PROBLEM DESCRIPTION:
A stretch of the entries below is to be set down exactly, running from the line with "f 105 178 193" through the line with "f 231 222 219", both included, and no other line.

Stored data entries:

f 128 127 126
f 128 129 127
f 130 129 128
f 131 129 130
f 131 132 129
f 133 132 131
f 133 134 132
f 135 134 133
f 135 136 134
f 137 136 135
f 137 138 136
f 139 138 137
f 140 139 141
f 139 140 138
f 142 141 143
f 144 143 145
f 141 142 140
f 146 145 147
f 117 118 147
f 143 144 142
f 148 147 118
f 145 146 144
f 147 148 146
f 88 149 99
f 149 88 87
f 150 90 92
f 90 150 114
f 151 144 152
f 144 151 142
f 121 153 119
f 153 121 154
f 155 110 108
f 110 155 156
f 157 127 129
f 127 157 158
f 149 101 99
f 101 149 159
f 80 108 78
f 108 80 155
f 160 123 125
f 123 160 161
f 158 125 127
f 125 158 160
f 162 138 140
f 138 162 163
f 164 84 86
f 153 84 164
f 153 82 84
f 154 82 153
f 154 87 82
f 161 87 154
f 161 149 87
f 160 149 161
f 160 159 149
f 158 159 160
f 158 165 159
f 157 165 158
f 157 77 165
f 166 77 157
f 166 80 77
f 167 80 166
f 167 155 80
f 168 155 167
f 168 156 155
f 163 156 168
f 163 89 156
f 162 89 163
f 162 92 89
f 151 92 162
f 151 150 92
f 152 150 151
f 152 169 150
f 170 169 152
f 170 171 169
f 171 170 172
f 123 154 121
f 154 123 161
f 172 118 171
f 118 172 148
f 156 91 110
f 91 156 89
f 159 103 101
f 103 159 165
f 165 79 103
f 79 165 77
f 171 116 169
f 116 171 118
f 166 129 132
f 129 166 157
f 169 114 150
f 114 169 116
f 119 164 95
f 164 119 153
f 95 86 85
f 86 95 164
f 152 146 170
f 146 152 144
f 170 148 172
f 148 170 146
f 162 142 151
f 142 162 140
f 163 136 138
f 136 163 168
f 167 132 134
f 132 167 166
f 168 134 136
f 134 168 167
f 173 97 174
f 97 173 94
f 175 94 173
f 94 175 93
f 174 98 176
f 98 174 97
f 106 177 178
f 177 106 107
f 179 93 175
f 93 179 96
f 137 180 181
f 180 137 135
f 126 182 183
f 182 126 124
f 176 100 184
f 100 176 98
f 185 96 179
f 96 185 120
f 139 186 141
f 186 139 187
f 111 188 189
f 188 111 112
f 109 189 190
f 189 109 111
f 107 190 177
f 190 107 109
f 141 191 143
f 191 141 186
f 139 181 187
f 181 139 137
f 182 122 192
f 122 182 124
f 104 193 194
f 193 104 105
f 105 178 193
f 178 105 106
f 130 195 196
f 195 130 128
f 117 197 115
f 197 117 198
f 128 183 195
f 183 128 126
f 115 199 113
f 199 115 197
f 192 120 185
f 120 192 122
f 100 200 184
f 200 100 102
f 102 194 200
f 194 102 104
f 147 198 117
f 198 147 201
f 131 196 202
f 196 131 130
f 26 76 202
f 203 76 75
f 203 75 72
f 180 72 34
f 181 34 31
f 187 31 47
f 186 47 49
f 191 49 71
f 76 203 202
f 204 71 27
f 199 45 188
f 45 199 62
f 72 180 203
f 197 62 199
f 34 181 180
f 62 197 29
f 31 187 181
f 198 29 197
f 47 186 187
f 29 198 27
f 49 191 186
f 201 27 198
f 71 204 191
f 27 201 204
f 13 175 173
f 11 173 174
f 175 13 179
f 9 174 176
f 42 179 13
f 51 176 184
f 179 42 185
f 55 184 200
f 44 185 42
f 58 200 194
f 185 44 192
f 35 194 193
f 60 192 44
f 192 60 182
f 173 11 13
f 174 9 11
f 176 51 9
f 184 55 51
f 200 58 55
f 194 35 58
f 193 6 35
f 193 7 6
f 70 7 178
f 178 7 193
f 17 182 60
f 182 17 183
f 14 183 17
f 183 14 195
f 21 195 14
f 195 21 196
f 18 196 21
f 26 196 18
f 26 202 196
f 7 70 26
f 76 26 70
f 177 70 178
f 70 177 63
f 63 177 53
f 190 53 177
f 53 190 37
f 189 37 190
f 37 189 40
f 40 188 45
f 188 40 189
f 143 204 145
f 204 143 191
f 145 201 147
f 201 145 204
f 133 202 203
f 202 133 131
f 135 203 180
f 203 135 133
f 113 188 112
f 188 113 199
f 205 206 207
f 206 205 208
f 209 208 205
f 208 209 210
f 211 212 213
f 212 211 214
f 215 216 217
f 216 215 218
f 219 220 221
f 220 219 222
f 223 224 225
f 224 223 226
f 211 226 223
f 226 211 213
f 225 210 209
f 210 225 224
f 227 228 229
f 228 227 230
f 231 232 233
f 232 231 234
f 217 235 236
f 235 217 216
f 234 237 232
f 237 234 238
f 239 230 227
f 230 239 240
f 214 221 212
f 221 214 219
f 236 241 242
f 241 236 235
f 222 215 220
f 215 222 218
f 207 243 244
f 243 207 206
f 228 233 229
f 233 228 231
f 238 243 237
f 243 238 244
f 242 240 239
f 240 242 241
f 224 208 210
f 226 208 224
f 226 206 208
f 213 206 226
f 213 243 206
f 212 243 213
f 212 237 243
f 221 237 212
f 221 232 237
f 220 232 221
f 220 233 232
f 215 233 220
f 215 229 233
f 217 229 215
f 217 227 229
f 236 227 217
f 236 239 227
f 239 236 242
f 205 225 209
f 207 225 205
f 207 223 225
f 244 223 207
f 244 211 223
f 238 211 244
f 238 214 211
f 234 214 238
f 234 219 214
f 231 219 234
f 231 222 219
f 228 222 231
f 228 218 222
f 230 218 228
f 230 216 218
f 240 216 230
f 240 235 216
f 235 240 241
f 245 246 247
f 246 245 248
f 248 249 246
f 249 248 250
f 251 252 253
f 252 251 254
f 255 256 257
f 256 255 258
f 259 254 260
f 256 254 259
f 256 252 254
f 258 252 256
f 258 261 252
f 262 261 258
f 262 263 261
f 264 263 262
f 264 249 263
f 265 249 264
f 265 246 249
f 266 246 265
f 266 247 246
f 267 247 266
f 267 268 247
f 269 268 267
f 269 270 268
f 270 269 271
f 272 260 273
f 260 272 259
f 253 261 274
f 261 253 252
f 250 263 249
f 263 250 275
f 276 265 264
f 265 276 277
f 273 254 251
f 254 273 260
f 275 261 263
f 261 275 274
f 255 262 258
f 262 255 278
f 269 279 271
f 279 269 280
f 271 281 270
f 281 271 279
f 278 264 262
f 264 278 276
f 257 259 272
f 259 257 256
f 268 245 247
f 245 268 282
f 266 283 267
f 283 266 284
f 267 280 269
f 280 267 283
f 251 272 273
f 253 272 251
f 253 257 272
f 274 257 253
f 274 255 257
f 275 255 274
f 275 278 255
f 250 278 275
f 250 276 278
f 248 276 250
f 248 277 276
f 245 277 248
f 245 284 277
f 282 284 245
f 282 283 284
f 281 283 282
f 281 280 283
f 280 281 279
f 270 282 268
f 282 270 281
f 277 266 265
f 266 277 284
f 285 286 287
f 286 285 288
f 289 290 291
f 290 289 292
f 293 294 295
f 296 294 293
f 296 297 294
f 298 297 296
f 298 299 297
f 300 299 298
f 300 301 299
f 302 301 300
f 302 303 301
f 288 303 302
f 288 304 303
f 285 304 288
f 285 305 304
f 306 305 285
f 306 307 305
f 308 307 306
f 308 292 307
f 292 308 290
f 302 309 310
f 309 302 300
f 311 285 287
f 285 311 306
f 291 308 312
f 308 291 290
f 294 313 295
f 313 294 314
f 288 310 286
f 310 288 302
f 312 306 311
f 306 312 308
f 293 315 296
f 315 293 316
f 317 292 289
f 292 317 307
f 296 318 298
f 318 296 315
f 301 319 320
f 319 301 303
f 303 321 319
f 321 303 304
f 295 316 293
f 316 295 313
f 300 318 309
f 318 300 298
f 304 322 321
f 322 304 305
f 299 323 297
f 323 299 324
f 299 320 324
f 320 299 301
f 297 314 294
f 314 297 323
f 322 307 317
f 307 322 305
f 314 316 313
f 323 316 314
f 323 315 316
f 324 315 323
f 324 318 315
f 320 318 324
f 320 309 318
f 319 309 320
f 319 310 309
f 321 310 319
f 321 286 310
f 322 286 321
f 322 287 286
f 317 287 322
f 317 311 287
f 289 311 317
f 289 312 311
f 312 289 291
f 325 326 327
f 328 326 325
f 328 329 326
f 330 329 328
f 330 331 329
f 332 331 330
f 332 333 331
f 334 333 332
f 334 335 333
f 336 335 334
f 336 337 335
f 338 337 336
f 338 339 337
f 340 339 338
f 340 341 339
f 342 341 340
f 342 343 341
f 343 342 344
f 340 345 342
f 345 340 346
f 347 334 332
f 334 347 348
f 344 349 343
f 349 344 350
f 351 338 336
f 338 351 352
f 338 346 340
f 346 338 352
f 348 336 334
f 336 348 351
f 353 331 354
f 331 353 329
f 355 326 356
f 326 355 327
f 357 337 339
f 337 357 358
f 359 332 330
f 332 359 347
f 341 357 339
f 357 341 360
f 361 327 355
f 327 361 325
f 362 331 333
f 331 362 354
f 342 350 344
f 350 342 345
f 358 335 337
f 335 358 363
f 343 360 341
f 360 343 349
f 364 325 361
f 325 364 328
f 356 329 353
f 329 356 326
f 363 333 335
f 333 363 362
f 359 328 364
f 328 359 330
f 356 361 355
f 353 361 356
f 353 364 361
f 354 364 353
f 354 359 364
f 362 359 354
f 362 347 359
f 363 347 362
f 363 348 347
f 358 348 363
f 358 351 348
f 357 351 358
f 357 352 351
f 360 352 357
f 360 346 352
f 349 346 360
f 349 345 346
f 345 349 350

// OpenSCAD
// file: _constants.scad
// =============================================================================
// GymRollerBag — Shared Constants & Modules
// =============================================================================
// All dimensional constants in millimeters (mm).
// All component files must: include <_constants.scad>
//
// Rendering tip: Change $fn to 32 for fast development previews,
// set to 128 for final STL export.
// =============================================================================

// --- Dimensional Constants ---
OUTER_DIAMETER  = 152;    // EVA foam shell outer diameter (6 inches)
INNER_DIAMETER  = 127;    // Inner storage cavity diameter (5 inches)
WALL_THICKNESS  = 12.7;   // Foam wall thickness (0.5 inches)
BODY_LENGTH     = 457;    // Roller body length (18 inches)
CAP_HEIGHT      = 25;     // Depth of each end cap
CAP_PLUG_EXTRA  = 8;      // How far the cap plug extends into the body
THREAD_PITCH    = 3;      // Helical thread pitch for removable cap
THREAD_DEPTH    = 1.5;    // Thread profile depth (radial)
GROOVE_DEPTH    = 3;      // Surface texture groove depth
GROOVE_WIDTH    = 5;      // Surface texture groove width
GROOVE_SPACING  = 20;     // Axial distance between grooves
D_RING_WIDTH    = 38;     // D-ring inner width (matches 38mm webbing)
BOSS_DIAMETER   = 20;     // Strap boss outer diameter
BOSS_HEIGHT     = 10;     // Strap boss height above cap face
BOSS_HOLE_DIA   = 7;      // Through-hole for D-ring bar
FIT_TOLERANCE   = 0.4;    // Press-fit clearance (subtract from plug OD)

RESPONSE BELOW:
f 105 178 193
f 178 105 106
f 130 195 196
f 195 130 128
f 117 197 115
f 197 117 198
f 128 183 195
f 183 128 126
f 115 199 113
f 199 115 197
f 192 120 185
f 120 192 122
f 100 200 184
f 200 100 102
f 102 194 200
f 194 102 104
f 147 198 117
f 198 147 201
f 131 196 202
f 196 131 130
f 26 76 202
f 203 76 75
f 203 75 72
f 180 72 34
f 181 34 31
f 187 31 47
f 186 47 49
f 191 49 71
f 76 203 202
f 204 71 27
f 199 45 188
f 45 199 62
f 72 180 203
f 197 62 199
f 34 181 180
f 62 197 29
f 31 187 181
f 198 29 197
f 47 186 187
f 29 198 27
f 49 191 186
f 201 27 198
f 71 204 191
f 27 201 204
f 13 175 173
f 11 173 174
f 175 13 179
f 9 174 176
f 42 179 13
f 51 176 184
f 179 42 185
f 55 184 200
f 44 185 42
f 58 200 194
f 185 44 192
f 35 194 193
f 60 192 44
f 192 60 182
f 173 11 13
f 174 9 11
f 176 51 9
f 184 55 51
f 200 58 55
f 194 35 58
f 193 6 35
f 193 7 6
f 70 7 178
f 178 7 193
f 17 182 60
f 182 17 183
f 14 183 17
f 183 14 195
f 21 195 14
f 195 21 196
f 18 196 21
f 26 196 18
f 26 202 196
f 7 70 26
f 76 26 70
f 177 70 178
f 70 177 63
f 63 177 53
f 190 53 177
f 53 190 37
f 189 37 190
f 37 189 40
f 40 188 45
f 188 40 189
f 143 204 145
f 204 143 191
f 145 201 147
f 201 145 204
f 133 202 203
f 202 133 131
f 135 203 180
f 203 135 133
f 113 188 112
f 188 113 199
f 205 206 207
f 206 205 208
f 209 208 205
f 208 209 210
f 211 212 213
f 212 211 214
f 215 216 217
f 216 215 218
f 219 220 221
f 220 219 222
f 223 224 225
f 224 223 226
f 211 226 223
f 226 211 213
f 225 210 209
f 210 225 224
f 227 228 229
f 228 227 230
f 231 232 233
f 232 231 234
f 217 235 236
f 235 217 216
f 234 237 232
f 237 234 238
f 239 230 227
f 230 239 240
f 214 221 212
f 221 214 219
f 236 241 242
f 241 236 235
f 222 215 220
f 215 222 218
f 207 243 244
f 243 207 206
f 228 233 229
f 233 228 231
f 238 243 237
f 243 238 244
f 242 240 239
f 240 242 241
f 224 208 210
f 226 208 224
f 226 206 208
f 213 206 226
f 213 243 206
f 212 243 213
f 212 237 243
f 221 237 212
f 221 232 237
f 220 232 221
f 220 233 232
f 215 233 220
f 215 229 233
f 217 229 215
f 217 227 229
f 236 227 217
f 236 239 227
f 239 236 242
f 205 225 209
f 207 225 205
f 207 223 225
f 244 223 207
f 244 211 223
f 238 211 244
f 238 214 211
f 234 214 238
f 234 219 214
f 231 219 234
f 231 222 219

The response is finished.